To estimate sensitivity, recovery, and accuracy of measurements in beef, mix standard solutions containing the six selected BAs at twice and five times the estimated concentrations, or the LOD levels, were added to each sample, and then the ratio between the peak area in the spiked sample and the standard solutions at the same concentrations was calculated.

MedCalc Software Ltd. 22.014 version was used for performing statistical analysis (F-test).

-

pH measurements: 0.25 g of beef meat were homogenized in 10 mL of distilled water under constant stirring. Measurements were performed at each storage time (0, 2, and 6 days) for all samples wrapped in the three different types of selected protective films using a calibrated pH meter (Hanna Instruments, Padova, Italy).

-

DSC analysis: experiments were performed with a Q200 instrument (TA Instruments, New Castle, DE, USA) in the range from 25 °C to 300 °C, according to experimental conditions described in [30].
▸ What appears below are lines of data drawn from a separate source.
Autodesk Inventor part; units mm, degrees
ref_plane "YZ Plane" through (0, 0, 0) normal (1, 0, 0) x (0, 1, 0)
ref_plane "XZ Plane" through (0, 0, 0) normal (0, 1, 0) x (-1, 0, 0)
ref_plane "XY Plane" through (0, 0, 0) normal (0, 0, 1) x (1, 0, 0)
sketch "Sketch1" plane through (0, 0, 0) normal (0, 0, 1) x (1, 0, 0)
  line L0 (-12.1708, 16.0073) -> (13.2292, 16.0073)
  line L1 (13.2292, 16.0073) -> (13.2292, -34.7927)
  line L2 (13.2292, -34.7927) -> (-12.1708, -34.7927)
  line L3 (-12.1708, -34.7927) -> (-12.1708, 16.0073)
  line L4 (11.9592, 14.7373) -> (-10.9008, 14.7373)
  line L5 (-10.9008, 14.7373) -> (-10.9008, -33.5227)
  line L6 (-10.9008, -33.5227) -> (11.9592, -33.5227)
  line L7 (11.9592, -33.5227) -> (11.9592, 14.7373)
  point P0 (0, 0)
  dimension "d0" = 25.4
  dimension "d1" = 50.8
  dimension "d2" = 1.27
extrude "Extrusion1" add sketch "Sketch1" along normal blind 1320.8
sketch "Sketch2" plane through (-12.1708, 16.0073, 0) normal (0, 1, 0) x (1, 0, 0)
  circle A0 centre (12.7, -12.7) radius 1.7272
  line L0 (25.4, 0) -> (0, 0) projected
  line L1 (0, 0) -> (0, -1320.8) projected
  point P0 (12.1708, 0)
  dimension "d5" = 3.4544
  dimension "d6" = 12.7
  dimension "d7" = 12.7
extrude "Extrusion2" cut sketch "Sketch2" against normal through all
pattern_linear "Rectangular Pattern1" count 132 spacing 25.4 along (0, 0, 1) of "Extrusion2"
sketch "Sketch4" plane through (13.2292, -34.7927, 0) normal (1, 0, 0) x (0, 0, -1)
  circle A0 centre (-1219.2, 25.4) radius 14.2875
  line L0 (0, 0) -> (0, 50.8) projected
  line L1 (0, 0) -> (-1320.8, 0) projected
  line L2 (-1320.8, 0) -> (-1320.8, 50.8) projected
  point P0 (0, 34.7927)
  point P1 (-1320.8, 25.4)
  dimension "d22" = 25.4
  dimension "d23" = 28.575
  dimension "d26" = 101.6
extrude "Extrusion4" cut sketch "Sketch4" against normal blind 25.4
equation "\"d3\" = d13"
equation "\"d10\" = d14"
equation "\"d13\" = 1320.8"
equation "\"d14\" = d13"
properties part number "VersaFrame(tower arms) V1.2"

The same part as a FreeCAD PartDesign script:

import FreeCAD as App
import Part
import Sketcher
Q = App.Units.Quantity


def add_polygon(sketch, points):
    """Adds a closed chain of lines whose ends are joined by coincident constraints."""
    first, n = sketch.GeometryCount, len(points)
    for a, b in zip(points, points[1:] + points[:1]):
        sketch.addGeometry(Part.LineSegment(App.Vector(*a, 0), App.Vector(*b, 0)), False)
    for i in range(n):
        sketch.addConstraint(Sketcher.Constraint("Coincident", first + i, 2, first + (i + 1) % n, 1))

doc = App.newDocument("Part")
body = doc.addObject("PartDesign::Body", "Body")

sketch1 = body.newObject("Sketcher::SketchObject", "Sketch")
sketch1.AttachmentSupport = (doc.getObject("XY_Plane"), [""])
sketch1.MapMode = "FlatFace"
add_polygon(sketch1, [(13, 16), (-12, 16), (-12, -35), (13, -35)])
add_polygon(sketch1, [(-11, 15), (12, 15), (12, -34), (-11, -34)])
sketch1.addConstraint(Sketcher.Constraint("Horizontal", 0))
sketch1.addConstraint(Sketcher.Constraint("Vertical", 1))
sketch1.addConstraint(Sketcher.Constraint("Horizontal", 2))
sketch1.addConstraint(Sketcher.Constraint("Vertical", 3))
sketch1.addConstraint(Sketcher.Constraint("Horizontal", 4))
sketch1.addConstraint(Sketcher.Constraint("Vertical", 5))
sketch1.addConstraint(Sketcher.Constraint("Horizontal", 6))
sketch1.addConstraint(Sketcher.Constraint("Vertical", 7))
sketch1.addConstraint(Sketcher.Constraint("DistanceX", 0, 2, 0, 1, Q("1 in")))
sketch1.addConstraint(Sketcher.Constraint("DistanceY", 1, 2, 1, 1, Q("2 in")))
sketch1.addConstraint(Sketcher.Constraint("DistanceX", 4, 2, 3, 2, Q("0.05 in")))
sketch1.addConstraint(Sketcher.Constraint("DistanceY", 4, 2, 3, 2, Q("0.05 in")))
sketch1.addConstraint(Sketcher.Constraint("DistanceY", 2, 2, 5, 2, Q("0.05 in")))
sketch1.addConstraint(Sketcher.Constraint("DistanceX", 1, 2, 6, 2, Q("0.05 in")))
sketch1.addConstraint(Sketcher.Constraint("DistanceY", -1, 1, 0, 2, Q("0.6302 in")))
sketch1.addConstraint(Sketcher.Constraint("DistanceX", 0, 2, -1, 1, 12.1708))
pad1 = body.newObject("PartDesign::Pad", "Pad")
pad1.Profile = sketch1
pad1.Length = Q("52 in")

sketch2 = body.newObject("Sketcher::SketchObject", "Sketch001")
sketch2.AttachmentSupport = (doc.getObject("XZ_Plane"), [""])
sketch2.MapMode = "FlatFace"
sketch2.AttachmentOffset = App.Placement(App.Vector(0, 0, -0.6302087 * 25.4), App.Rotation())
sketch2.addGeometry(Part.Circle(App.Vector(0.5, 12.7, 0), App.Vector(0, 0, 1), 1.7), False)
sketch2.addConstraint(Sketcher.Constraint("Diameter", 0, Q("0.136 in")))
sketch2.addConstraint(Sketcher.Constraint("DistanceY", -1, 1, 0, 3, Q("0.5 in")))
sketch2.addConstraint(Sketcher.Constraint("DistanceX", -1, 1, 0, 3, 0.5292))
pocket1 = body.newObject("PartDesign::Pocket", "Pocket")
pocket1.Profile = sketch2
pocket1.Type = "ThroughAll"
pocket1.Reversed = True
doc.recompute()

linearpattern = body.newObject("PartDesign::LinearPattern", "LinearPattern")
linearpattern.Originals = [pocket1]
linearpattern.Direction = (doc.getObject("Z_Axis"), [""])
linearpattern.Mode = "offset"
linearpattern.Offset = Q("1 in")
linearpattern.Occurrences = 132
body.Tip = linearpattern

sketch3 = body.newObject("Sketcher::SketchObject", "Sketch002")
sketch3.AttachmentSupport = (doc.getObject("YZ_Plane"), [""])
sketch3.MapMode = "FlatFace"
sketch3.AttachmentOffset = App.Placement(App.Vector(0, 0, 13.2292), App.Rotation())
sketch3.addGeometry(Part.Circle(App.Vector(-9, 1219, 0), App.Vector(0, 0, 1), 14), False)
sketch3.addConstraint(Sketcher.Constraint("Diameter", 0, Q("1.125 in")))
sketch3.addConstraint(Sketcher.Constraint("DistanceY", -1, 1, 0, 3, Q("48 in")))
sketch3.addConstraint(Sketcher.Constraint("DistanceX", 0, 3, -1, 1, Q("0.3698 in")))
pocket2 = body.newObject("PartDesign::Pocket", "Pocket001")
pocket2.Profile = sketch3
pocket2.Length = Q("1 in")

doc.recompute()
3.4. Microbiological Analysis

The microbiological analysis was evaluated on fresh beef meat samples wrapped in the different coatings (CTR, SA, and SA/GPPE) after 2 and 6 days of storage at 8 °C. 1 g of each beef sample was weighed and transferred aseptically into falcon containing 9 mL of sterile saline solution (0.9% NaCl bacteriological grade; Oxoid, Basingstoke, UK). The mixture was homogenized using Homogenizer Lab Gen 7 for 2 min at room temperature. The microbial enumeration was made by serial decimal dilutions of the samples, prepared in 0.9% NaCl, and poured onto the corresponding Petri dishes. Total viable count (TVC) and psychrotrophic bacteria were enumerated by using Plate Count Agar (PCA; Oxoid, Basingstoke, UK), incubated at 30 °C for 48 h and 4 °C for 7 days, respectively. Microbiological counts were expressed as logarithms of the number of colony-forming units per g sample (Log CFU/g) [31]. Microbiological analyses were carried out in duplicate.

3.5. Statistical Analysis

All the viability experiments were achieved in triplicate for each treatment. Results were presented as mean values with standard deviation (SD). Statistical analysis was performed by analysis of variance to one-way (ANOVA) with Statistica for Windows (Statistica 10, Windows) using Tukey’s test, and significant difference was considered at p < 0.05.

4. Conclusions

In this work, the optimization of an analytical protocol to study the preserving activity of an alternative, biodegradable, sodium alginate-based packaging material enriched with GPPE useful for high protein content food (e.g., red meat) storage was proposed.

The production over time of six biogenic amines (butylamine, cadaverine, isobutylamine, isopentylamine, putrescine, and tyramine), “sentinels” of the meat putrefactive process, was followed during the storage time in a domestic refrigerator up to 6 days, by SPME/GC–MS. The obtained results showed that the production of BAs was reduced in the case of beef meat samples stored in SA and SA/GPPE films if compared to those stored in a commercial polyethylene film (CTR).

The changes in pH and weight values and immobilized/free water content, for the same time intervals, as well as the bacterial growth, were also evaluated. For comparison, the evolution of beef samples wrapped in commercial PE industrial film and lone sodium alginate coating was followed.

The optimized analytical protocol results are useful for demonstrating that the SA and SA/GPPE film exhibited better efficiency in retarding anaerobic meat degradative processes at 8 °C, at least up to 6 days, if compared to the commonly used commercial PE-based polymeric ones.

Additionally, our previous work suggested that grape pomace extract is rich in polyphenols having high antioxidant properties [13]. Therefore, future studies will be carried out to assess the possible antioxidant performance of the developed SA/GPPE packaging material when storing protein and lipid-rich foods, vegetables, and fruits.